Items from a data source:
━━━━━━━━━━
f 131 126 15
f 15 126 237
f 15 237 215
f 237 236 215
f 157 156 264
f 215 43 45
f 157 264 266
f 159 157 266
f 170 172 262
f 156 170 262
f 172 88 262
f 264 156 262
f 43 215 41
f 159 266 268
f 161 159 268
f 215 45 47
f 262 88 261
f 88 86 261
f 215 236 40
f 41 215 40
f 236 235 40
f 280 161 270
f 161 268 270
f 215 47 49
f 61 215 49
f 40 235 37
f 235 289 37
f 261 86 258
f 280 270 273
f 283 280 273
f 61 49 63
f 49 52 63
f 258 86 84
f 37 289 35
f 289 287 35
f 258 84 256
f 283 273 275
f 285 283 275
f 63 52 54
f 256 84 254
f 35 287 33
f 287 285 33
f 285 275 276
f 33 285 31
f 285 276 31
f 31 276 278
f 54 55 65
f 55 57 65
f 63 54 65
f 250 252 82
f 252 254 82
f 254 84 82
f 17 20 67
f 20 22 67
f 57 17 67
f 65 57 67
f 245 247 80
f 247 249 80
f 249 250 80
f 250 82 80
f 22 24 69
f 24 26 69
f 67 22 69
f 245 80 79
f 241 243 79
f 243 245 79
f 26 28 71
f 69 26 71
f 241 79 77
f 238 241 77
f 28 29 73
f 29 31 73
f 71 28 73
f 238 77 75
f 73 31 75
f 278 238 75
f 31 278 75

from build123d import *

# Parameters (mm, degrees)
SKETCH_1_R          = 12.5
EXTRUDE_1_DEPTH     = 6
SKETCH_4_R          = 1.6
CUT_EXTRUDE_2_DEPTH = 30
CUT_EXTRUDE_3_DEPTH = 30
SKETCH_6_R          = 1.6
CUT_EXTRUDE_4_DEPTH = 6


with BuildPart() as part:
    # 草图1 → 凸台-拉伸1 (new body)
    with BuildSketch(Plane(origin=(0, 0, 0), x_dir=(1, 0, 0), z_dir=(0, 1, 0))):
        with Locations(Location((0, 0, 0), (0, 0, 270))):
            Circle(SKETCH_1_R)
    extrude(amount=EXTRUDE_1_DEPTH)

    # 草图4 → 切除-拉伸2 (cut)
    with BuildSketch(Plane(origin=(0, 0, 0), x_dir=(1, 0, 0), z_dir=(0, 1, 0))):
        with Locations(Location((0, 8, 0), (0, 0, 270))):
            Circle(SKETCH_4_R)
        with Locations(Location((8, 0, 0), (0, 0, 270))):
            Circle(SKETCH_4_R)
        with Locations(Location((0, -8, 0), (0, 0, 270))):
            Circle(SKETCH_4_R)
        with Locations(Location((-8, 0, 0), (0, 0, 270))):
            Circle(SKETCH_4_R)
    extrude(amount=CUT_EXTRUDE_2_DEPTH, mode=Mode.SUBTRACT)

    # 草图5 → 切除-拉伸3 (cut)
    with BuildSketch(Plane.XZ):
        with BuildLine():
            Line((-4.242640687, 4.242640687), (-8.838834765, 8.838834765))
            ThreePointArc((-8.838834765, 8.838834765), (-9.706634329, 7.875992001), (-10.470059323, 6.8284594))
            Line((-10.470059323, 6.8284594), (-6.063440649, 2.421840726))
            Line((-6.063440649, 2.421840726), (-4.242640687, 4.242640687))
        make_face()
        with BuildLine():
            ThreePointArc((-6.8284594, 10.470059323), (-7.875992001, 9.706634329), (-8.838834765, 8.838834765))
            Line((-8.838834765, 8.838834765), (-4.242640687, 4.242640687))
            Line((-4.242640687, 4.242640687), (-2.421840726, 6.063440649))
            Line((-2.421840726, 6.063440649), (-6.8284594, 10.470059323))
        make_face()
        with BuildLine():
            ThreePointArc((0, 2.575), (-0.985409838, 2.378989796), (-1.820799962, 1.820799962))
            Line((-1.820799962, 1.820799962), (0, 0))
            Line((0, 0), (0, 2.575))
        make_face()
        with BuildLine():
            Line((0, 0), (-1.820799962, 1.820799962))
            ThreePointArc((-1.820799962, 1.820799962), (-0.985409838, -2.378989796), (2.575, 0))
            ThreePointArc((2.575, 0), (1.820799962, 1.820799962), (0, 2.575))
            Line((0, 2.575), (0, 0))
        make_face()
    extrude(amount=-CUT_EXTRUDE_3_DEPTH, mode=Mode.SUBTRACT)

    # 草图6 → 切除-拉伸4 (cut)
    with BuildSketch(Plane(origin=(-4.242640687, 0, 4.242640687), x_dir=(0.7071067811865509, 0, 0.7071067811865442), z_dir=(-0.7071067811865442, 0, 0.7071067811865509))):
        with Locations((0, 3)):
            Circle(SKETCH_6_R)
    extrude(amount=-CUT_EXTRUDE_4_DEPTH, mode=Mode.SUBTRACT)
━━━━━━━━━━
Every entry above should be retyped exactly as shown.

### [Answer to the problem]
f 131 126 15
f 15 126 237
f 15 237 215
f 237 236 215
f 157 156 264
f 215 43 45
f 157 264 266
f 159 157 266
f 170 172 262
f 156 170 262
f 172 88 262
f 264 156 262
f 43 215 41
f 159 266 268
f 161 159 268
f 215 45 47
f 262 88 261
f 88 86 261
f 215 236 40
f 41 215 40
f 236 235 40
f 280 161 270
f 161 268 270
f 215 47 49
f 61 215 49
f 40 235 37
f 235 289 37
f 261 86 258
f 280 270 273
f 283 280 273
f 61 49 63
f 49 52 63
f 258 86 84
f 37 289 35
f 289 287 35
f 258 84 256
f 283 273 275
f 285 283 275
f 63 52 54
f 256 84 254
f 35 287 33
f 287 285 33
f 285 275 276
f 33 285 31
f 285 276 31
f 31 276 278
f 54 55 65
f 55 57 65
f 63 54 65
f 250 252 82
f 252 254 82
f 254 84 82
f 17 20 67
f 20 22 67
f 57 17 67
f 65 57 67
f 245 247 80
f 247 249 80
f 249 250 80
f 250 82 80
f 22 24 69
f 24 26 69
f 67 22 69
f 245 80 79
f 241 243 79
f 243 245 79
f 26 28 71
f 69 26 71
f 241 79 77
f 238 241 77
f 28 29 73
f 29 31 73
f 71 28 73
f 238 77 75
f 73 31 75
f 278 238 75
f 31 278 75

from build123d import *

# Parameters (mm, degrees)
SKETCH_1_R          = 12.5
EXTRUDE_1_DEPTH     = 6
SKETCH_4_R          = 1.6
CUT_EXTRUDE_2_DEPTH = 30
CUT_EXTRUDE_3_DEPTH = 30
SKETCH_6_R          = 1.6
CUT_EXTRUDE_4_DEPTH = 6


with BuildPart() as part:
    # 草图1 → 凸台-拉伸1 (new body)
    with BuildSketch(Plane(origin=(0, 0, 0), x_dir=(1, 0, 0), z_dir=(0, 1, 0))):
        with Locations(Location((0, 0, 0), (0, 0, 270))):
            Circle(SKETCH_1_R)
    extrude(amount=EXTRUDE_1_DEPTH)

    # 草图4 → 切除-拉伸2 (cut)
    with BuildSketch(Plane(origin=(0, 0, 0), x_dir=(1, 0, 0), z_dir=(0, 1, 0))):
        with Locations(Location((0, 8, 0), (0, 0, 270))):
            Circle(SKETCH_4_R)
        with Locations(Location((8, 0, 0), (0, 0, 270))):
            Circle(SKETCH_4_R)
        with Locations(Location((0, -8, 0), (0, 0, 270))):
            Circle(SKETCH_4_R)
        with Locations(Location((-8, 0, 0), (0, 0, 270))):
            Circle(SKETCH_4_R)
    extrude(amount=CUT_EXTRUDE_2_DEPTH, mode=Mode.SUBTRACT)

    # 草图5 → 切除-拉伸3 (cut)
    with BuildSketch(Plane.XZ):
        with BuildLine():
            Line((-4.242640687, 4.242640687), (-8.838834765, 8.838834765))
            ThreePointArc((-8.838834765, 8.838834765), (-9.706634329, 7.875992001), (-10.470059323, 6.8284594))
            Line((-10.470059323, 6.8284594), (-6.063440649, 2.421840726))
            Line((-6.063440649, 2.421840726), (-4.242640687, 4.242640687))
        make_face()
        with BuildLine():
            ThreePointArc((-6.8284594, 10.470059323), (-7.875992001, 9.706634329), (-8.838834765, 8.838834765))
            Line((-8.838834765, 8.838834765), (-4.242640687, 4.242640687))
            Line((-4.242640687, 4.242640687), (-2.421840726, 6.063440649))
            Line((-2.421840726, 6.063440649), (-6.8284594, 10.470059323))
        make_face()
        with BuildLine():
            ThreePointArc((0, 2.575), (-0.985409838, 2.378989796), (-1.820799962, 1.820799962))
            Line((-1.820799962, 1.820799962), (0, 0))
            Line((0, 0), (0, 2.575))
        make_face()
        with BuildLine():
            Line((0, 0), (-1.820799962, 1.820799962))
            ThreePointArc((-1.820799962, 1.820799962), (-0.985409838, -2.378989796), (2.575, 0))
            ThreePointArc((2.575, 0), (1.820799962, 1.820799962), (0, 2.575))
            Line((0, 2.575), (0, 0))
        make_face()
    extrude(amount=-CUT_EXTRUDE_3_DEPTH, mode=Mode.SUBTRACT)

    # 草图6 → 切除-拉伸4 (cut)
    with BuildSketch(Plane(origin=(-4.242640687, 0, 4.242640687), x_dir=(0.7071067811865509, 0, 0.7071067811865442), z_dir=(-0.7071067811865442, 0, 0.7071067811865509))):
        with Locations((0, 3)):
            Circle(SKETCH_6_R)
    extrude(amount=-CUT_EXTRUDE_4_DEPTH, mode=Mode.SUBTRACT)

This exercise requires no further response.